Anyone tuning in could be forgiven for thinking that McCulloch was actually speaking for the defense. For more than 20 minutes, he laid out what he saw as the facts of the case, careful to promote the account he found believable—Wilson’s, of course—and to dismiss any others that conflicted with it, all prefaced by an attack on the “24-hour news cycle” that inconveniently demanded facts about a case where very few were made available to anyone outside the secret grand jury proceedings.

In theory, it’s the prosecutor’s job to convene such grand juries so that probable cause might be found, and the case proceed to trial. As Ben Casselman notes, the grand jury is a slam dunk for prosecutors — it is extremely rare for grand juries to refuse to find any reason not to go to trial, except in cases involving police shootings. So how then, in more than 20 years as prosecutor, has McCulloch never managed to successfully recommend charges against a single police officer? It’s not for lack of opportunity.

Anyone tuning in could be forgiven for thinking that McCulloch was actually speaking for the defense.

Potentially, it could have something to do with McCulloch’s father, mother, brother, uncle, and cousin all working for the St. Louis Police Department. Imagine if a case involving a company came before a judge whose entire family worked for that company: if the judge did not recuse himself, it would be grounds for his removal from the bench. Consider also that McCulloch is the present president of The BackStoppers, an organization that funds families of police officers killed or wounded in the line of duty. Of itself, this could be noble work—but McCulloch has been charged by the voters of St. Louis County with pursuing justice, and that means avoiding conflicts of interest or the appearance of partiality. Given his family history, his record of performance on the job, his daily work alongside officers, even his statement that he became a prosecutor because, having lost a leg to cancer as a child, he couldn’t become a cop—one can understand why there were questions raised about his sincerity in presenting this case to the grand jury. And it can definitely help explain why to many, including at least one former prosecutor, it looked like McCulloch had no interest in bringing a case at all.
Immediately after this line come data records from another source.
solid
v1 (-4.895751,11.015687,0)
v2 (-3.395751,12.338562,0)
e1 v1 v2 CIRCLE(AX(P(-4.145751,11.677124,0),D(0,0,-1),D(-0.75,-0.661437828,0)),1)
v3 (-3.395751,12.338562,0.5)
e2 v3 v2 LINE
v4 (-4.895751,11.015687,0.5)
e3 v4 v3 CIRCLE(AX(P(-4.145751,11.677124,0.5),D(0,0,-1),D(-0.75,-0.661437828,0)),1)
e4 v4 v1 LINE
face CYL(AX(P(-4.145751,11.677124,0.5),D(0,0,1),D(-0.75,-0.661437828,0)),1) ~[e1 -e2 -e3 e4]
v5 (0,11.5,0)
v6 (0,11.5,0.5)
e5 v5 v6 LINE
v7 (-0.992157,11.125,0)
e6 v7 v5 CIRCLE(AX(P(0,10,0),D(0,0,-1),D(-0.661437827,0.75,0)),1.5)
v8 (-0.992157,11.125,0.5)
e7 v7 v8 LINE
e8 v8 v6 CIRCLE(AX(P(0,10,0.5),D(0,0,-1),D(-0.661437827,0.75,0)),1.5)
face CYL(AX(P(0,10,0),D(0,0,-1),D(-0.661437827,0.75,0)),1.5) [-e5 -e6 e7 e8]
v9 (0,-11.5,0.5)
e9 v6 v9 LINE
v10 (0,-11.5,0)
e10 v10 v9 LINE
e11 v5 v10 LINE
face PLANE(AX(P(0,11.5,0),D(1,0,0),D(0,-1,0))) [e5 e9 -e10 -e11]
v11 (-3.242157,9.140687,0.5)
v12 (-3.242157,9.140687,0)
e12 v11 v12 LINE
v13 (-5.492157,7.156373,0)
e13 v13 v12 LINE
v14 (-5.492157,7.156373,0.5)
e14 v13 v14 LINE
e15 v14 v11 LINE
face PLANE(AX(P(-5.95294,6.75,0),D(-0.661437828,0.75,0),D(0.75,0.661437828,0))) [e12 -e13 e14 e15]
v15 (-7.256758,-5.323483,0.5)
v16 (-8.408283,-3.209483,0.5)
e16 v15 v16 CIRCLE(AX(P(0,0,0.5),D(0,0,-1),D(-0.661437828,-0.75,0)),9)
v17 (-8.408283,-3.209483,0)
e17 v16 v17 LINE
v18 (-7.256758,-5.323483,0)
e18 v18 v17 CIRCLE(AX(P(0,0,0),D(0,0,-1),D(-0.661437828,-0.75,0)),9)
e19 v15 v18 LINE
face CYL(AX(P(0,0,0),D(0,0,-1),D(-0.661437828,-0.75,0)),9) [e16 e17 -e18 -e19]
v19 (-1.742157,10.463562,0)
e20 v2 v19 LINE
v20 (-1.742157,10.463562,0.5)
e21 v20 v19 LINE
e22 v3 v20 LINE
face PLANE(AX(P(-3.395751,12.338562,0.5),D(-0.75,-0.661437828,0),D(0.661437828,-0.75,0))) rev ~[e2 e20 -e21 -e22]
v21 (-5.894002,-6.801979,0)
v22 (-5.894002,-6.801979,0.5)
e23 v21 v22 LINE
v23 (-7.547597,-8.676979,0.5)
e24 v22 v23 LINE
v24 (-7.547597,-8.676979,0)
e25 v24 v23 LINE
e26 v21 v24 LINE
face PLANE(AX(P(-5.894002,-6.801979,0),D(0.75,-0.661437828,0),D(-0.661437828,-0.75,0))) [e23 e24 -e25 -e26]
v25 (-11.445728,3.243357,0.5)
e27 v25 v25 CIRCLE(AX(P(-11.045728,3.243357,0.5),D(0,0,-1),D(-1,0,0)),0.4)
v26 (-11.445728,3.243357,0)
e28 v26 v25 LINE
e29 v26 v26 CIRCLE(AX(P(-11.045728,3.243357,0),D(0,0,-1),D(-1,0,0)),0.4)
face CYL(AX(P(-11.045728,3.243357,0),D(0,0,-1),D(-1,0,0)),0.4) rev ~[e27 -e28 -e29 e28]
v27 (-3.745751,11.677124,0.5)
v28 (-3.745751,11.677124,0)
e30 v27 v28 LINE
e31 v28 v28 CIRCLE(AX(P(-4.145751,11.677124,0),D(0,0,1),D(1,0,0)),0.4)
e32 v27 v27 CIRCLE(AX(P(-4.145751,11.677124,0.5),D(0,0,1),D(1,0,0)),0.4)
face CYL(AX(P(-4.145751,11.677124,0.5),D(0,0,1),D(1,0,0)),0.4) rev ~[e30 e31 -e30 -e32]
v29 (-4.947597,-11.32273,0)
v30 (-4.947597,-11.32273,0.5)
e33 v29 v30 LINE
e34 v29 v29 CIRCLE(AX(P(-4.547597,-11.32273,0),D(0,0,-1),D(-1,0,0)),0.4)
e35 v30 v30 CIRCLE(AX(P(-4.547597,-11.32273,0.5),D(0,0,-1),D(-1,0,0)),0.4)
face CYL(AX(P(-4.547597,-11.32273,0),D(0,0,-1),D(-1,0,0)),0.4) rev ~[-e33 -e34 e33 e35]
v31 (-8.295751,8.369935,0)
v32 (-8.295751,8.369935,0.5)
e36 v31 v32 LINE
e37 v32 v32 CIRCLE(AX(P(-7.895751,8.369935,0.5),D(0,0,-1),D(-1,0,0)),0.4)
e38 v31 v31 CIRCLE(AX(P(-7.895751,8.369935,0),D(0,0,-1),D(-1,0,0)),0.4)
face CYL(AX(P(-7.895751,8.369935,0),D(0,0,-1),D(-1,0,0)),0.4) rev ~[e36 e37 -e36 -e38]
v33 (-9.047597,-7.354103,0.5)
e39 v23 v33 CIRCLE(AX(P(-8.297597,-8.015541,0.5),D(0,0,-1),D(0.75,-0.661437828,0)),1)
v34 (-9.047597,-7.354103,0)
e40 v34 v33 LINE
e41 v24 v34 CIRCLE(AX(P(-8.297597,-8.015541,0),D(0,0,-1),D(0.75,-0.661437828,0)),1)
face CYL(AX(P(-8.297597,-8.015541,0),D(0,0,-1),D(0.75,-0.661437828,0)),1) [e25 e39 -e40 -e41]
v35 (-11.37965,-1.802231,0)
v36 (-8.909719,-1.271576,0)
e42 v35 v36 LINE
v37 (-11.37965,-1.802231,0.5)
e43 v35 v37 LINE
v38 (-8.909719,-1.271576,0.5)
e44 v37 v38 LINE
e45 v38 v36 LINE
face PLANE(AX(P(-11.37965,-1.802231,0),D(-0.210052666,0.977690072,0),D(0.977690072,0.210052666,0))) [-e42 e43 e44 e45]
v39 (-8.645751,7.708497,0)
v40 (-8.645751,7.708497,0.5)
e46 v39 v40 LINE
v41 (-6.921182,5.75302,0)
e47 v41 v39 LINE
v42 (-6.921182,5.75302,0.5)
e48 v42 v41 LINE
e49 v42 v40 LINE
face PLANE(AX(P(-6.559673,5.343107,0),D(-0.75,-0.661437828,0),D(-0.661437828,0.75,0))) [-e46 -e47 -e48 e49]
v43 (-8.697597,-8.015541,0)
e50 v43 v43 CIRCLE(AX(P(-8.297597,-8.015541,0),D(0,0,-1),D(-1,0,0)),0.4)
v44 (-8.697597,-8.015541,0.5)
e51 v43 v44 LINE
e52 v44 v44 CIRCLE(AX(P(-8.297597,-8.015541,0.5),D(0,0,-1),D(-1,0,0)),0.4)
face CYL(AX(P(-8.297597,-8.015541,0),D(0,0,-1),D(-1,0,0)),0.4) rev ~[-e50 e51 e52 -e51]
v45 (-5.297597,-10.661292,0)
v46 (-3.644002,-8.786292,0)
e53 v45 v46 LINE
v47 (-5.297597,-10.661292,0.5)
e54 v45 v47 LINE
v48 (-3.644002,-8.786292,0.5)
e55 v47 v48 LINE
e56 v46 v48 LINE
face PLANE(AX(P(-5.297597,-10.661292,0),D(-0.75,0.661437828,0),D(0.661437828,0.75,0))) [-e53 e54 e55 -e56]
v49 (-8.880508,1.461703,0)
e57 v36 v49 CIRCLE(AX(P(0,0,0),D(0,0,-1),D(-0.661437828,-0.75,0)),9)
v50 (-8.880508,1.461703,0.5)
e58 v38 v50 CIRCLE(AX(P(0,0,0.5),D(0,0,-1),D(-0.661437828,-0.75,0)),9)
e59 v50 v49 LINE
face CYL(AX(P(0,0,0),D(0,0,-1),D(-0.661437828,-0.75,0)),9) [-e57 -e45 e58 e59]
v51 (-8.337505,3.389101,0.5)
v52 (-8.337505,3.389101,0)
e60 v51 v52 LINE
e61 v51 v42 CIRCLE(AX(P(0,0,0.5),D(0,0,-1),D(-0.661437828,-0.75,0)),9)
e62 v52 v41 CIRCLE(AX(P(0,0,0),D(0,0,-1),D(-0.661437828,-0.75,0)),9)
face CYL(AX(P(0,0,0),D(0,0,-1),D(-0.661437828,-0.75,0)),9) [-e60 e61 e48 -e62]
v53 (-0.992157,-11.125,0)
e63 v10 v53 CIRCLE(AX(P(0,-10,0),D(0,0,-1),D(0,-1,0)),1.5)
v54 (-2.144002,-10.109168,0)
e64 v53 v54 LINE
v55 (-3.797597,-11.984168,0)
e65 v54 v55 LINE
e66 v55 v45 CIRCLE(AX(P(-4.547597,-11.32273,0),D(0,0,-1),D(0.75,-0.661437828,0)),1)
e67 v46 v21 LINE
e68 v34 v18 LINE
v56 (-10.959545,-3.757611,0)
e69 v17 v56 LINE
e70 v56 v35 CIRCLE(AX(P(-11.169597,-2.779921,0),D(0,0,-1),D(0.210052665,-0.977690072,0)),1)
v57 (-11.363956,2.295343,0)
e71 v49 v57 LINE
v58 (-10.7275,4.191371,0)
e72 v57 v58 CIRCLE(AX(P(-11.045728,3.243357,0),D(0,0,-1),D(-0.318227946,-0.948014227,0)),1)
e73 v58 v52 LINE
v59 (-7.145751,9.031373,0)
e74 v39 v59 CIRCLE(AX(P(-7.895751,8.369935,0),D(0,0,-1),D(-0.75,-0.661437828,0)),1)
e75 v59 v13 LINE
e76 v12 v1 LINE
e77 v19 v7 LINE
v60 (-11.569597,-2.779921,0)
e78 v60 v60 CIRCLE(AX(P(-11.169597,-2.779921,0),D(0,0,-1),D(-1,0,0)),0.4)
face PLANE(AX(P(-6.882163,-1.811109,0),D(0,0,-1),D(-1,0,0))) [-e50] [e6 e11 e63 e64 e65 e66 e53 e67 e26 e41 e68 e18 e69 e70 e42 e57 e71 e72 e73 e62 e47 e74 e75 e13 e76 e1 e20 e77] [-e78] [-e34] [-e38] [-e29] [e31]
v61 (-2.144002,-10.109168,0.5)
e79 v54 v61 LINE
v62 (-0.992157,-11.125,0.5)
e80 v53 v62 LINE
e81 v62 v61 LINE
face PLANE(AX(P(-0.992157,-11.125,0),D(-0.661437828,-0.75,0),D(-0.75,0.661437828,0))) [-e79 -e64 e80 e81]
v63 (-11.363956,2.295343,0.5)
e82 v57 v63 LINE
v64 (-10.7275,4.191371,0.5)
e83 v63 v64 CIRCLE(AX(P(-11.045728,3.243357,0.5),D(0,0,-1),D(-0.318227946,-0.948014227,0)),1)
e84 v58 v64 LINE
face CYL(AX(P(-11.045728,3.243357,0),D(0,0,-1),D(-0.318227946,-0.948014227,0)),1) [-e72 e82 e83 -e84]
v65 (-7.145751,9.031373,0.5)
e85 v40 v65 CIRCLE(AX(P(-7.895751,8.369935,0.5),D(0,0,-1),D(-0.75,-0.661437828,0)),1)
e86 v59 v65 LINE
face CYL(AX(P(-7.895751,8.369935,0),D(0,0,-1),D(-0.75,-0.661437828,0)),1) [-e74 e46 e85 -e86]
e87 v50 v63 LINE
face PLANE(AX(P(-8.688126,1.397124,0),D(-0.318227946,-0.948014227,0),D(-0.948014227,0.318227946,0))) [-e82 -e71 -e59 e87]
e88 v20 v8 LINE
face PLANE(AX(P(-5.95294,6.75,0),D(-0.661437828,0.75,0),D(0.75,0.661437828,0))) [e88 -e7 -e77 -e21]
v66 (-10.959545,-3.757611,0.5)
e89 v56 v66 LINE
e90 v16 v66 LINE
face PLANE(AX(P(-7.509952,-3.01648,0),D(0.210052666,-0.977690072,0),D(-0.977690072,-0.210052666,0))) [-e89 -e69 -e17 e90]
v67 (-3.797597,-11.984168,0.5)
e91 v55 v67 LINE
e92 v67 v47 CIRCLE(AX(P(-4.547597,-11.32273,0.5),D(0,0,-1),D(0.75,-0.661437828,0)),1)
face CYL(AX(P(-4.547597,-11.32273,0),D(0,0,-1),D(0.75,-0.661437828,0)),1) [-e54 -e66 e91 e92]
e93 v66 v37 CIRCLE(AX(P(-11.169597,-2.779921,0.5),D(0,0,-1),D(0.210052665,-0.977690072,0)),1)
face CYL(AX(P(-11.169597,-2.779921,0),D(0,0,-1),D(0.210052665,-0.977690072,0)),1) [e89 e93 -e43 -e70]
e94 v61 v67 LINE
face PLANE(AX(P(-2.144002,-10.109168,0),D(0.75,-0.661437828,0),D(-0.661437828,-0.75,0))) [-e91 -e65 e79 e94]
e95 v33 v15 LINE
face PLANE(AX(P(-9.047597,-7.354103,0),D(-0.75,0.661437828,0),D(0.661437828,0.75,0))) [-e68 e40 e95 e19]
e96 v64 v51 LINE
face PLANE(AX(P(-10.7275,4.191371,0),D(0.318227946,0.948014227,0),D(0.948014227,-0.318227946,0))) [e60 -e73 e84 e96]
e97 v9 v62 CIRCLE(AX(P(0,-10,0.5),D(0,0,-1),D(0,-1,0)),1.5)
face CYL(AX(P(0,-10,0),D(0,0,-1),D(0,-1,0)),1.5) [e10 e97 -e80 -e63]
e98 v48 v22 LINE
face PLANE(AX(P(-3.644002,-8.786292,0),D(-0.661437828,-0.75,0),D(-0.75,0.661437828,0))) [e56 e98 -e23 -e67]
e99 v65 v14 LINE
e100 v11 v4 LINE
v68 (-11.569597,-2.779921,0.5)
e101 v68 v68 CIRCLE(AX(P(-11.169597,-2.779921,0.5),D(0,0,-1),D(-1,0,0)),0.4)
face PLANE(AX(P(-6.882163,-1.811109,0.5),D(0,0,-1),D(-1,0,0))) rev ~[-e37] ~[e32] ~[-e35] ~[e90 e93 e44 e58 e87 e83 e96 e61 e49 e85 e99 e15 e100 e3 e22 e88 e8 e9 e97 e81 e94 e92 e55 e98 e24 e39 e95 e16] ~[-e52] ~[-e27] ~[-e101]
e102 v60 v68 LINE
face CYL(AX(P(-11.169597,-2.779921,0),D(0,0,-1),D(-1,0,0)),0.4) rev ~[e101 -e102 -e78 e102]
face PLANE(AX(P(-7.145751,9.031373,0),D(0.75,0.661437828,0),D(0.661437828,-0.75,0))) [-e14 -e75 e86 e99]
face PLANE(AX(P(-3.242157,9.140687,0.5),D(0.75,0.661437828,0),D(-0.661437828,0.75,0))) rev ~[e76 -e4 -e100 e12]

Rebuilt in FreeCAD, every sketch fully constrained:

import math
import FreeCAD as App
import Part
import Sketcher

V = App.Vector

doc = App.newDocument("Part")
body = doc.addObject("PartDesign::Body", "Body")

# Sketch on XY plane
sketch1 = body.newObject("Sketcher::SketchObject", "Sketch")
sketch1.AttachmentSupport = (doc.getObject("XY_Plane"), [""])
sketch1.MapMode = "FlatFace"
sketch1.addGeometry(Part.LineSegment(V(0, -11.5, 0), V(0, 11.5, 0)), False)
sketch1.addGeometry(Part.ArcOfCircle(Part.Circle(V(0, 10, 0), V(0, 0, 1), 1.5), math.radians(90), math.radians(131.409622)), False)
sketch1.addGeometry(Part.LineSegment(V(-0.992157, 11.125, 0), V(-5.95294, 6.75, 0)), False)
sketch1.addGeometry(Part.ArcOfCircle(Part.Circle(V(0, 0, 0), V(0, 0, 1), 9), math.radians(131.409622), math.radians(228.590378)), False)
sketch1.addGeometry(Part.LineSegment(V(-5.95294, -6.75, 0), V(-0.992157, -11.125, 0)), False)
sketch1.addGeometry(Part.ArcOfCircle(Part.Circle(V(0, -10, 0), V(0, 0, 1), 1.5), math.radians(-131.409622), math.radians(-90)), False)
sketch1.addConstraint(Sketcher.Constraint("Coincident", 0, 2, 1, 1))
sketch1.addConstraint(Sketcher.Constraint("Tangent", 1, 2, 2, 1))
sketch1.addConstraint(Sketcher.Constraint("Tangent", 2, 2, 3, 1))
sketch1.addConstraint(Sketcher.Constraint("Tangent", 3, 2, 4, 1))
sketch1.addConstraint(Sketcher.Constraint("Tangent", 4, 2, 5, 1))
sketch1.addConstraint(Sketcher.Constraint("Coincident", 5, 2, 0, 1))
sketch1.addConstraint(Sketcher.Constraint("Vertical", 0))
sketch1.addConstraint(Sketcher.Constraint("Coincident", 3, 3, -1, 1))
sketch1.addConstraint(Sketcher.Constraint("Equal", 1, 5))
sketch1.addConstraint(Sketcher.Constraint("Symmetric", 1, 3, 5, 3, -1, 1))
sketch1.addConstraint(Sketcher.Constraint("PointOnObject", 1, 3, -2))
sketch1.addConstraint(Sketcher.Constraint("PointOnObject", 0, 2, -2))
sketch1.addConstraint(Sketcher.Constraint("Radius", 3, 9.0))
But instead of recusing himself, McCulloch stayed on, up to the point of calling an inexplicably late press conference to mug for the cameras and urge for “calm” while the Ferguson PD rolled out all the military surplus gear they’ve acquired over the past decade: a troop carrier, sound cannons, riot armor, automatic rifles, and a seemingly endless supply of flashbang grenades and tear gas. (In more typically vapid rhetorical territory, President Obama took center stage soon after to say absolutely nothing whatsoever of substance, while scenes of gassed protestors played alongside him.)
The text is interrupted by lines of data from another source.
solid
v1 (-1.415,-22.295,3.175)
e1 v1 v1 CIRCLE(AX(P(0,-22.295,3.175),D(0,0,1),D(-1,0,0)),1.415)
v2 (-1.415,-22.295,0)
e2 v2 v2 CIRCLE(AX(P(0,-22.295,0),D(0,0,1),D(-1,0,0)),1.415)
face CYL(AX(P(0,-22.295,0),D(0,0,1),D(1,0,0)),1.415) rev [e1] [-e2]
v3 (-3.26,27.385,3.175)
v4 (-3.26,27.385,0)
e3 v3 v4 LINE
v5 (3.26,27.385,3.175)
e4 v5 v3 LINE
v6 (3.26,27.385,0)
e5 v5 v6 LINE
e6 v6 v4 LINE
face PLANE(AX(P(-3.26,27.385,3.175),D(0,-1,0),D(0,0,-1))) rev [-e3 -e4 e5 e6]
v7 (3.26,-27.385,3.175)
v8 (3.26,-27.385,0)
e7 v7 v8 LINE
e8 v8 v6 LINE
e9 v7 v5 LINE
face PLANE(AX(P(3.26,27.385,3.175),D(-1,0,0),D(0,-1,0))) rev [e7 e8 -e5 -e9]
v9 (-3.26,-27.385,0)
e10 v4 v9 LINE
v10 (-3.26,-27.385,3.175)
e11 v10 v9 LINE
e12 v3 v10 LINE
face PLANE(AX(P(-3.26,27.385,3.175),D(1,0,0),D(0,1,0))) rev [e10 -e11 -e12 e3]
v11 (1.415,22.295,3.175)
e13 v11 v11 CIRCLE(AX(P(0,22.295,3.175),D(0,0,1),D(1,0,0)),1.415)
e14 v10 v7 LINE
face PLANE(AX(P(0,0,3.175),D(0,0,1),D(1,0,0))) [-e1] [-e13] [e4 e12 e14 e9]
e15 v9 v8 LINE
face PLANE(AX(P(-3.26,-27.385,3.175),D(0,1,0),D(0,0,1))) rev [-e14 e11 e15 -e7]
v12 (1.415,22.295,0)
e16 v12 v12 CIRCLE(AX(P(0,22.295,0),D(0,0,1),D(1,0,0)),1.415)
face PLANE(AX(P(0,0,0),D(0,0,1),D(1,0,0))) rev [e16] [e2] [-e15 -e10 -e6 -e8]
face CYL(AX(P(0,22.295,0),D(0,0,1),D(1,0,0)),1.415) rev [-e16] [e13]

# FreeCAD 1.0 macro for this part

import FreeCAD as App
import Part
import Sketcher

V = App.Vector
Q = App.Units.Quantity


def add_polygon(sketch, points):
    """Adds a closed chain of lines whose ends are joined by coincident constraints."""
    first, n = sketch.GeometryCount, len(points)
    for a, b in zip(points, points[1:] + points[:1]):
        sketch.addGeometry(Part.LineSegment(App.Vector(*a, 0), App.Vector(*b, 0)), False)
    for i in range(n):
        sketch.addConstraint(Sketcher.Constraint("Coincident", first + i, 2, first + (i + 1) % n, 1))

doc = App.newDocument("Part")
params = doc.addObject("Spreadsheet::Sheet", "Params")
for row, (alias, value) in enumerate([
    ("pad1_length", "0.125 in"),
], start=1):
    params.set(f"A{row}", alias)
    params.set(f"B{row}", "=" + value)
    params.setAlias(f"B{row}", alias)

body = doc.addObject("PartDesign::Body", "Body")

# Sketch on XY plane
sketch1 = body.newObject("Sketcher::SketchObject", "Sketch")
sketch1.AttachmentSupport = (doc.getObject("XY_Plane"), [""])
sketch1.MapMode = "FlatFace"
add_polygon(sketch1, [(-3, 27), (-3, -27), (3, -27), (3, 27)])  # lines 0-3
sketch1.addConstraint([
    Sketcher.Constraint("Vertical", 0),
    Sketcher.Constraint("Horizontal", 1),
    Sketcher.Constraint("Vertical", 2),
    Sketcher.Constraint("Horizontal", 3),
    Sketcher.Constraint("Symmetric", 0, 2, 2, 2, -1, 1),
    Sketcher.Constraint("DistanceX", 1, 1, 1, 2, Q("6.52 mm")),
    Sketcher.Constraint("DistanceY", 0, 2, 0, 1, Q("54.77 mm")),
])
pad1 = body.newObject("PartDesign::Pad", "Pad")
pad1.Profile = sketch1
pad1.setExpression("Length", "Params.pad1_length")

# Sketch on XY plane
sketch2 = body.newObject("Sketcher::SketchObject", "Sketch001")
sketch2.AttachmentSupport = (doc.getObject("XY_Plane"), [""])
sketch2.MapMode = "FlatFace"
sketch2.AttachmentOffset = App.Placement(V(0, 0, 0.125 * 25.4), App.Rotation())
sketch2.addGeometry([
    Part.Circle(V(0, 22.3, 0), V(0, 0, 1), 1.4),
    Part.Circle(V(0, -22.3, 0), V(0, 0, 1), 1.4),
], False)
sketch2.addConstraint([
    Sketcher.Constraint("Equal", 0, 1),
    Sketcher.Constraint("Symmetric", 0, 3, 1, 3, -1, 1),
    Sketcher.Constraint("PointOnObject", 0, 3, -2),
    Sketcher.Constraint("Diameter", 0, Q("2.83 mm")),
    Sketcher.Constraint("DistanceY", -1, 1, 0, 3, Q("22.295 mm")),
])
pocket1 = body.newObject("PartDesign::Pocket", "Pocket")
pocket1.Profile = sketch2
pocket1.Type = "ThroughAll"

doc.recompute()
One can entertain reasonable doubts about what happened in the meeting between Wilson and Brown. One could even believe, after considering the evidence as the grand jury supposedly did (in proceedings that cannot be disclosed, by a vote that they are legally obligated to conceal), that Officer Wilson was justified in shooting Michael Brown at least six times. But I struggle to imagine any circumstance under which one could find it appropriate that Robert McCulloch was wielding that authority and giving that speech last night. Because he was, we got the rare spectacle of an American public figure neither leaning on clich├ęs nor bumbling his lines. No: he communicated, at length, exactly what he meant to say.